Task 3: Develop the Code

Create app.py and start with the following structure:

from flask import Flask, jsonify, request

app = Flask(__name__)

# Mock data
products = [
    {"id": 1, "name": "Laptop", "price": 899.99, "category": "electronics"},
    {"id": 2, "name": "Book", "price": 14.99, "category": "books"},
    {"id": 3, "name": "Desk", "price": 199.99, "category": "furniture"},
]

# TODO: Implement homepage route that returns a welcome message
# TODO: Implement GET /products route that returns all products or filters by category
# TODO: Implement GET /products/<id> route that returns a product by ID or 404

if __name__ == "__main__":
    app.run(debug=True)

Task 4: Test the API

Start the Flask development server:

python app.py

Test your endpoints using your browser, Postman, or curl:

  • GET http://localhost:5000/
  • GET http://localhost:5000/products
  • GET http://localhost:5000/products/2
  • GET http://localhost:5000/products?category=books

Best Practices

  • Use plural nouns for collection routes (e.g., /products)
  • Normalize input (e.g., .lower()) when filtering by query string
  • Use jsonify() for all responses
  • Return:
    • 200 OK for successful GET requests
    • 404 Not Found if a product ID doesn’t exist
  • Include inline comments to explain your logic

Considerations

1. Input Validation

  • Handle invalid query parameters or IDs with a clear error message.

2. Case Sensitivity in Filtering

  • Normalize both category input and stored data to avoid mismatches.

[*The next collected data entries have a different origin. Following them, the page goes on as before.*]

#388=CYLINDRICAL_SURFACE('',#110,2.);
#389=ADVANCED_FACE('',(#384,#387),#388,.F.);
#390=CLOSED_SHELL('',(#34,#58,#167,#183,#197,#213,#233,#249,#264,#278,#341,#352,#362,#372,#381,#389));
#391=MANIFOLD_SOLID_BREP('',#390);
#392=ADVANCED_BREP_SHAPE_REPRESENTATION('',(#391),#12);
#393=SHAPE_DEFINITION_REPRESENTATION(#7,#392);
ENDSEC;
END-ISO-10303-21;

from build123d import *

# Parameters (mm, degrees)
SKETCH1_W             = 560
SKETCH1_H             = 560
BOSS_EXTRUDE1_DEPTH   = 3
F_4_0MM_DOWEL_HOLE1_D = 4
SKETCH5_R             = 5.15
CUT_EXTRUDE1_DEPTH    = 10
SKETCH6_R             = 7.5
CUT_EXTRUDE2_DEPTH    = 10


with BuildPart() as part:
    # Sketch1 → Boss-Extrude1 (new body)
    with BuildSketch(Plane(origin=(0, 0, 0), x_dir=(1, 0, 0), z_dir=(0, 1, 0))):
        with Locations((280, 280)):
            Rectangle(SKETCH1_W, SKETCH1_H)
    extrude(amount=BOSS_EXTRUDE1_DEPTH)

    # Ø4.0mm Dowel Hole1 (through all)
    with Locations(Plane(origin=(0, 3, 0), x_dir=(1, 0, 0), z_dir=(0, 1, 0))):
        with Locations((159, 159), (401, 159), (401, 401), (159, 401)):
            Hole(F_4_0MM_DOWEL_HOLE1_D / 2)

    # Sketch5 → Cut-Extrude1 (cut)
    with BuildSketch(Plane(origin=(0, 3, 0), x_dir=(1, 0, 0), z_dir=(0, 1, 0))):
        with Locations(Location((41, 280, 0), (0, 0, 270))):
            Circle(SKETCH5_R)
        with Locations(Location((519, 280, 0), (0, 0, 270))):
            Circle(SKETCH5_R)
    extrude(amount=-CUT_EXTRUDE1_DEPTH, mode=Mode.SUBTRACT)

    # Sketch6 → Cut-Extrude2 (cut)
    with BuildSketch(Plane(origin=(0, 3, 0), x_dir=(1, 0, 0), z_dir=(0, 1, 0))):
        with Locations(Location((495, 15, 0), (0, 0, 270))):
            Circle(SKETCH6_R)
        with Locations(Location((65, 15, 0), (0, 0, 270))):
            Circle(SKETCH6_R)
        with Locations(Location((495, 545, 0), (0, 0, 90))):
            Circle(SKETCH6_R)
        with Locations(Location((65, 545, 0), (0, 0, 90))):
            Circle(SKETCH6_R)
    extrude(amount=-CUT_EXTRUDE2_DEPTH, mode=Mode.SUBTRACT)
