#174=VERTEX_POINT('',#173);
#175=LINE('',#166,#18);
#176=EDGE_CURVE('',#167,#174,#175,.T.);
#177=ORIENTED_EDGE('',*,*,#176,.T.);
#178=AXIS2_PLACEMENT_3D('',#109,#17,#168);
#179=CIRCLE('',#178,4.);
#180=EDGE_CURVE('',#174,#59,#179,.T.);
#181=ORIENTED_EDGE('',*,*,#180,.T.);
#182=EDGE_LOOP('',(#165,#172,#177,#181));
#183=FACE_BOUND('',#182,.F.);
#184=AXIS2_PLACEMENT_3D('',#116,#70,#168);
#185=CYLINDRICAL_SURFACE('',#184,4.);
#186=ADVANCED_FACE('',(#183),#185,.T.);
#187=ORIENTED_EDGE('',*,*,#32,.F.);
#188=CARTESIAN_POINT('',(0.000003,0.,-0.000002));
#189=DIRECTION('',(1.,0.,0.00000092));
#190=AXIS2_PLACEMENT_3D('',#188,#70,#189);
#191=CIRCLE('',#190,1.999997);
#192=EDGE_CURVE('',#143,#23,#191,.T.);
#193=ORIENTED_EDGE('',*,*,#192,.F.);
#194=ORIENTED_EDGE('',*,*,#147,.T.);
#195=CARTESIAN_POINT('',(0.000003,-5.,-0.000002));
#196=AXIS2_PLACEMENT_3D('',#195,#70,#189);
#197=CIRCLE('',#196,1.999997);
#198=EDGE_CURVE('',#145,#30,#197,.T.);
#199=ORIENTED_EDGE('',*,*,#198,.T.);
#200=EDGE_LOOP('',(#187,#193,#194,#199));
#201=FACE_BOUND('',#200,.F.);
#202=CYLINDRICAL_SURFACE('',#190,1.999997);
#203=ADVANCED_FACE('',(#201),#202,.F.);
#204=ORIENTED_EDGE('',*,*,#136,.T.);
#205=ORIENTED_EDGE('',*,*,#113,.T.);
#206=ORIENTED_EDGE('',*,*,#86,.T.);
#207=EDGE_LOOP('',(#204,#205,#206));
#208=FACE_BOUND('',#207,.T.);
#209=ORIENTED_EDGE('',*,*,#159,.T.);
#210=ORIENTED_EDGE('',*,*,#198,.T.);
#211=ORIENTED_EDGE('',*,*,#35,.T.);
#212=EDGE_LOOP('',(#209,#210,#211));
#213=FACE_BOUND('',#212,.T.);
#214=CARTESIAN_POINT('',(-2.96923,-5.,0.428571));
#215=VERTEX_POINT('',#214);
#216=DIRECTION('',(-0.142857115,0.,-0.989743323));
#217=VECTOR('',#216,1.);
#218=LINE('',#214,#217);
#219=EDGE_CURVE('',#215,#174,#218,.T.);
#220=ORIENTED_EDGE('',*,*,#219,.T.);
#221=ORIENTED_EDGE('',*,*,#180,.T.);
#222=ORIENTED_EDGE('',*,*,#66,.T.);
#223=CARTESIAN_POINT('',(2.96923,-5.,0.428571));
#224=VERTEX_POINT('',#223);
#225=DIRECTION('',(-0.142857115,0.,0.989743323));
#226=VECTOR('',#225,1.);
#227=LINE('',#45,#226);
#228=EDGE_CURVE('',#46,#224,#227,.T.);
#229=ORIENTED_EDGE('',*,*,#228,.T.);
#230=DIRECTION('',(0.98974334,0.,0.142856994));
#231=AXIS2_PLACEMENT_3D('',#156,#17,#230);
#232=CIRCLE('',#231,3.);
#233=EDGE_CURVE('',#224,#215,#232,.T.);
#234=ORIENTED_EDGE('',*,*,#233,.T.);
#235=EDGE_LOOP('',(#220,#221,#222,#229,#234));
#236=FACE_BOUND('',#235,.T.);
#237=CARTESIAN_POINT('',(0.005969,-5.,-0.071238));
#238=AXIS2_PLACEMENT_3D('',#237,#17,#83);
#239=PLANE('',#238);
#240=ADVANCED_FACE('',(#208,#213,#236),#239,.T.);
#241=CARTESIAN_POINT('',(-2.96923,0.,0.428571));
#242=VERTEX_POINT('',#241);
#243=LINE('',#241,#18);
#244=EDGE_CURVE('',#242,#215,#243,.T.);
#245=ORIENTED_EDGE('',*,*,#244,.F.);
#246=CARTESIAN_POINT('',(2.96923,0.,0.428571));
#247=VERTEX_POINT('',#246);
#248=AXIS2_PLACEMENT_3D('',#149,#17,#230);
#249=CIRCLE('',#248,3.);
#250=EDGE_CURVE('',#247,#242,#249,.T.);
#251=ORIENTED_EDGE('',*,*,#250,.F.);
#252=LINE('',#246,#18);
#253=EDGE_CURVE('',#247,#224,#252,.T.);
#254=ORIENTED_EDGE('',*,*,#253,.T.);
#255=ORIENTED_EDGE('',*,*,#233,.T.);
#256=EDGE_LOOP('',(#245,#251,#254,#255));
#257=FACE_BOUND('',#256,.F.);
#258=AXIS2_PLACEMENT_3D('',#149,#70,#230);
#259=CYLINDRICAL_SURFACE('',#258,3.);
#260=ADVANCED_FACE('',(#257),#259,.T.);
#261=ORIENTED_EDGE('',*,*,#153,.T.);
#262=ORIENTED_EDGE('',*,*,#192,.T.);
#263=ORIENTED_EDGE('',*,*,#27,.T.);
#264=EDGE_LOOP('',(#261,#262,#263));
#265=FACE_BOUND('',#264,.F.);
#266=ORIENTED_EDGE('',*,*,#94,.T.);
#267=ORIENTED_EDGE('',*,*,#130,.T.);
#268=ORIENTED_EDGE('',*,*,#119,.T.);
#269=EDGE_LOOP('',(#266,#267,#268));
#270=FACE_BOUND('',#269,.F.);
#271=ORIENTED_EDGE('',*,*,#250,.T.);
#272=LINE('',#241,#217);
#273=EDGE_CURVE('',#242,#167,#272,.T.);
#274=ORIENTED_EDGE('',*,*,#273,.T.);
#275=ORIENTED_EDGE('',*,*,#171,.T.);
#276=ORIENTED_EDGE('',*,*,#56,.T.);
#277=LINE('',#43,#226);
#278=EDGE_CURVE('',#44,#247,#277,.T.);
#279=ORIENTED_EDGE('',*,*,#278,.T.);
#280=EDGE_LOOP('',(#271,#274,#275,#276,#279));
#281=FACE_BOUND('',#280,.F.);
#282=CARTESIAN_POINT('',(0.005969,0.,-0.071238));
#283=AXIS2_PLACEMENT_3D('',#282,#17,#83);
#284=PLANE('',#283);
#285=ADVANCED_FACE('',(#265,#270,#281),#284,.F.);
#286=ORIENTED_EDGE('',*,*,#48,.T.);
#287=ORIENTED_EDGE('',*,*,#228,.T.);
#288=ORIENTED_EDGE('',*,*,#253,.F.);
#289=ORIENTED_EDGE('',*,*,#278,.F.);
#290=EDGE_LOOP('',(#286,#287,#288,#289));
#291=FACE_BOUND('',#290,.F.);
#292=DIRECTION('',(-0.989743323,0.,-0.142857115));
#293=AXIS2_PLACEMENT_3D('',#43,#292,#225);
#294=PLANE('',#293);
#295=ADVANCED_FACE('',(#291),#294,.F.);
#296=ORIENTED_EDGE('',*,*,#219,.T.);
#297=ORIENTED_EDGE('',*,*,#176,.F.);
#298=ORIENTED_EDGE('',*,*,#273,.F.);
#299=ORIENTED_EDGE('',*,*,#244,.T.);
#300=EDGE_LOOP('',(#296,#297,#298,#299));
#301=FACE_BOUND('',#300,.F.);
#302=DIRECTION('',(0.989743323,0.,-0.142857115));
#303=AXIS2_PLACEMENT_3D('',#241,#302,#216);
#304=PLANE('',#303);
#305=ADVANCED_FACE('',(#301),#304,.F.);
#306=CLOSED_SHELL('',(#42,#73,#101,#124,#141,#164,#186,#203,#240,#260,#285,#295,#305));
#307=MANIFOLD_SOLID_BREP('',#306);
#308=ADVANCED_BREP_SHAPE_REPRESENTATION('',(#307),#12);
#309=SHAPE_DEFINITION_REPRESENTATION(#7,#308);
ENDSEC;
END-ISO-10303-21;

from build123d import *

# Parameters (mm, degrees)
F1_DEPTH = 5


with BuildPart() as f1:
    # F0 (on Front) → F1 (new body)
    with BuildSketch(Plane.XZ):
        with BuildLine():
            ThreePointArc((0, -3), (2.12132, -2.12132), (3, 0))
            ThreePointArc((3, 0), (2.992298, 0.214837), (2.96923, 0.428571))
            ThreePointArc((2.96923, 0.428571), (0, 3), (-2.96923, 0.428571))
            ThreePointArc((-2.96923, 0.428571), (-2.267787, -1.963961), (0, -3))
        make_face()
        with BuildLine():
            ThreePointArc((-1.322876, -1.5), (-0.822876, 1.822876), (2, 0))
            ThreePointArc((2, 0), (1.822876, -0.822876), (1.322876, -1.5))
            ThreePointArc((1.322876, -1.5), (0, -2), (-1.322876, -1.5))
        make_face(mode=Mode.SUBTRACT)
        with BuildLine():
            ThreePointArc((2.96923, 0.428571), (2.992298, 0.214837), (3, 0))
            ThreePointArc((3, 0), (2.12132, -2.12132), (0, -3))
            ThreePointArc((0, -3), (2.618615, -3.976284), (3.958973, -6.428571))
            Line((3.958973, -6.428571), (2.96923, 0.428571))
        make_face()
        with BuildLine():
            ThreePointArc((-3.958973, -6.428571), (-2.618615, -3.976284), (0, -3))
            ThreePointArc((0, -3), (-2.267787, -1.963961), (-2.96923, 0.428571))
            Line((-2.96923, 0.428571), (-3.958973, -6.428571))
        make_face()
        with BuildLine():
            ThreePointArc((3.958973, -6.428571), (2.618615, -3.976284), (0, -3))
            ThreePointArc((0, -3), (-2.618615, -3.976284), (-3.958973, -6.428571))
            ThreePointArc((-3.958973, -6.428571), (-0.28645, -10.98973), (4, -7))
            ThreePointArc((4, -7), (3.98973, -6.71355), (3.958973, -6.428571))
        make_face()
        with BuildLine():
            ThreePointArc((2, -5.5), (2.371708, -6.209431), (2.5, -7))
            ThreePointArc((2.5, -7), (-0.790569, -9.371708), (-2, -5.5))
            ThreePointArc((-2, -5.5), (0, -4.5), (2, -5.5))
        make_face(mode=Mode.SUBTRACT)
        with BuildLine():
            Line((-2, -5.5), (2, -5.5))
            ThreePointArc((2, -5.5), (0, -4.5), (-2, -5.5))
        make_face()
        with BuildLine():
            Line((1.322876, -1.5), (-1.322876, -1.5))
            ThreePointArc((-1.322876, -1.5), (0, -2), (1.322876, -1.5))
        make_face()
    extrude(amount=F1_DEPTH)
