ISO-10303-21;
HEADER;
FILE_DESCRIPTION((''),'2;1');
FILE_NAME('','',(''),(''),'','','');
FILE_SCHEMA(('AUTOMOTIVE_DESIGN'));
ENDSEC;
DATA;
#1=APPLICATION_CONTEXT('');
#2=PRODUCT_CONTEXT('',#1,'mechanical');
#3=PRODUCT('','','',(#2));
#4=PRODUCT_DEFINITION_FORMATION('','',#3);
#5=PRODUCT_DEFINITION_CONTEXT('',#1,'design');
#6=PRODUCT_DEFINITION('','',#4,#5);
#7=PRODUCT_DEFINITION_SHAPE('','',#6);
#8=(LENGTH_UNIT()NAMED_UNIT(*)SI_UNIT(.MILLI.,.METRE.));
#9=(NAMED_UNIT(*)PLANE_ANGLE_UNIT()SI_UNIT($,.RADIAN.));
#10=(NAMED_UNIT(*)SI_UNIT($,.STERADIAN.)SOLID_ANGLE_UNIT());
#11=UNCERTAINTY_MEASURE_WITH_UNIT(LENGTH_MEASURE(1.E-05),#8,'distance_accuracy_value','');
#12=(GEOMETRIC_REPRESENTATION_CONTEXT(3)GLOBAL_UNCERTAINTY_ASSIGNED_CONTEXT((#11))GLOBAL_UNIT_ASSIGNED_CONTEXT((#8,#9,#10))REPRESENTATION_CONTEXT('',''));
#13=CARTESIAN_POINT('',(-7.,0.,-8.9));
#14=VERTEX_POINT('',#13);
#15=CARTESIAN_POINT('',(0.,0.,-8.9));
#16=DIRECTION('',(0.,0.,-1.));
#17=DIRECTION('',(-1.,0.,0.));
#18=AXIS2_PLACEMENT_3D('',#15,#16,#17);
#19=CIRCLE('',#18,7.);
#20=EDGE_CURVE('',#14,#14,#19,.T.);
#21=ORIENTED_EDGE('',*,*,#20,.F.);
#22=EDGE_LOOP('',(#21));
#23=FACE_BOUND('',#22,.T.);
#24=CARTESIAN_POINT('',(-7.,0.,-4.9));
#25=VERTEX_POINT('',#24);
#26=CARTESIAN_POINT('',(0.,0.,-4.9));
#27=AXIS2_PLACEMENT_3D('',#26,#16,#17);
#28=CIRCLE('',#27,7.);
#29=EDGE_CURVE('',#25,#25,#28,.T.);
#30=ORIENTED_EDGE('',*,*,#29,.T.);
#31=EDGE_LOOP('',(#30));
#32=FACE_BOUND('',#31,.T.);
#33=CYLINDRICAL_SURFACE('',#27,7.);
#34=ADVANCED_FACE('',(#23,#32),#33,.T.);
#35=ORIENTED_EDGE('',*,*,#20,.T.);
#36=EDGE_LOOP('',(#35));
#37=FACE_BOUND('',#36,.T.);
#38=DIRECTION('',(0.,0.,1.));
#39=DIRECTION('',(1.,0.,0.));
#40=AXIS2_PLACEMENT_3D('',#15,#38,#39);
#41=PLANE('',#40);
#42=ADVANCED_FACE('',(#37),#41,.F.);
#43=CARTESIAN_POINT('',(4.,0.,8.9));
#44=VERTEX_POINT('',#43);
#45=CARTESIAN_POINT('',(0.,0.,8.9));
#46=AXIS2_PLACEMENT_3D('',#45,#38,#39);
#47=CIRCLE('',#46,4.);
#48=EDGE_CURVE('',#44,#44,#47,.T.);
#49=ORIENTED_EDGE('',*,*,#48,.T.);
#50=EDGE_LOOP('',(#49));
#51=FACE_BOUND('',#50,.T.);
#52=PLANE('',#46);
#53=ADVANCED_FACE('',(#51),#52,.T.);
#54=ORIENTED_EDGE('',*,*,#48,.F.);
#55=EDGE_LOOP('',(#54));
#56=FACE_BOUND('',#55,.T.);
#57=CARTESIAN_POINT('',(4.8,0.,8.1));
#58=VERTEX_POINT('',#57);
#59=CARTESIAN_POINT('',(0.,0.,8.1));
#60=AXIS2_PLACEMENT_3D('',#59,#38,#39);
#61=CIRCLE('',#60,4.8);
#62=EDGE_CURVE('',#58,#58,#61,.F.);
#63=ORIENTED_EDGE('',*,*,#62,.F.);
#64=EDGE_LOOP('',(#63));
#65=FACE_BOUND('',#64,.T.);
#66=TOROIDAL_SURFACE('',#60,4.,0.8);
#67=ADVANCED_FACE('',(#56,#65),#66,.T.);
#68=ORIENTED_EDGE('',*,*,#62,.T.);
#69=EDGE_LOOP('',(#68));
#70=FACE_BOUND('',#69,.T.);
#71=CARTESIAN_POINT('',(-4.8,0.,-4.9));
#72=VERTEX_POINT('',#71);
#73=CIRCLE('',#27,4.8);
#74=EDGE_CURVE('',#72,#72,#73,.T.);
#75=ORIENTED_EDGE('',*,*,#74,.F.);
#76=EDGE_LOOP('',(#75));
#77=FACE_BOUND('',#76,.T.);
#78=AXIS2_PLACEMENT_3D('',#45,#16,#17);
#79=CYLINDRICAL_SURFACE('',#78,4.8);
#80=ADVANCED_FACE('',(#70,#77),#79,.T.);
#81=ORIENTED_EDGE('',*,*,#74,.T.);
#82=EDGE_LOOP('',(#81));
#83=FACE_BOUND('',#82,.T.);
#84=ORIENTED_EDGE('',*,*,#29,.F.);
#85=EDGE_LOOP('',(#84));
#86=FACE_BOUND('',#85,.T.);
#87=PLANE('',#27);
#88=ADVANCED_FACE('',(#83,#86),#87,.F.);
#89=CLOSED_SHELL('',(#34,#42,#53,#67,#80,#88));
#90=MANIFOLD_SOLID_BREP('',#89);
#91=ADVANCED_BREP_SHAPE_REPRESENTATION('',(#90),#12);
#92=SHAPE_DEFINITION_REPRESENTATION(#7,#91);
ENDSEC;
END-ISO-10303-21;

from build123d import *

# Parameters (mm, degrees)
SKETCH1_R           = 4.8
BOSS_EXTRUDE1_DEPTH = 8.9
FILLET1_R           = 0.8
SKETCH2_R           = 7
BOSS_EXTRUDE2_DEPTH = 4


with BuildPart() as part:
    # Sketch1 → Boss-Extrude1 (new body, symmetric)
    with BuildSketch(Plane.XY):
        Circle(SKETCH1_R)
    extrude(amount=BOSS_EXTRUDE1_DEPTH, both=True)

    # Fillet1
    fillet1_edges = [part.edges().sort_by_distance(p)[0] for p in [
        (-4.8, 0, 8.9),
    ]]
    fillet(fillet1_edges, radius=FILLET1_R)

    # Sketch2 → Boss-Extrude2 (add)
    with BuildSketch(Plane(origin=(0, 0, -8.9), x_dir=(-1, 0, 0), z_dir=(0, 0, -1))):
        Circle(SKETCH2_R)
    extrude(amount=-BOSS_EXTRUDE2_DEPTH)


solid = part.part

3. Consistent Response Structure

  • Ensure all responses follow the same JSON format.

4. Modular Code

  • Keep logic clean and organized. As your API grows, consider separating routes into blueprints and data into separate modules.

Conclusion

After completing this lab, you will:

✅ Understand RESTful GET route structure
✅ Build routes that serve both collections and single resources
✅ Use query strings to filter results
✅ Return structured JSON and meaningful HTTP responses

This lays the foundation for full CRUD APIs in the next module.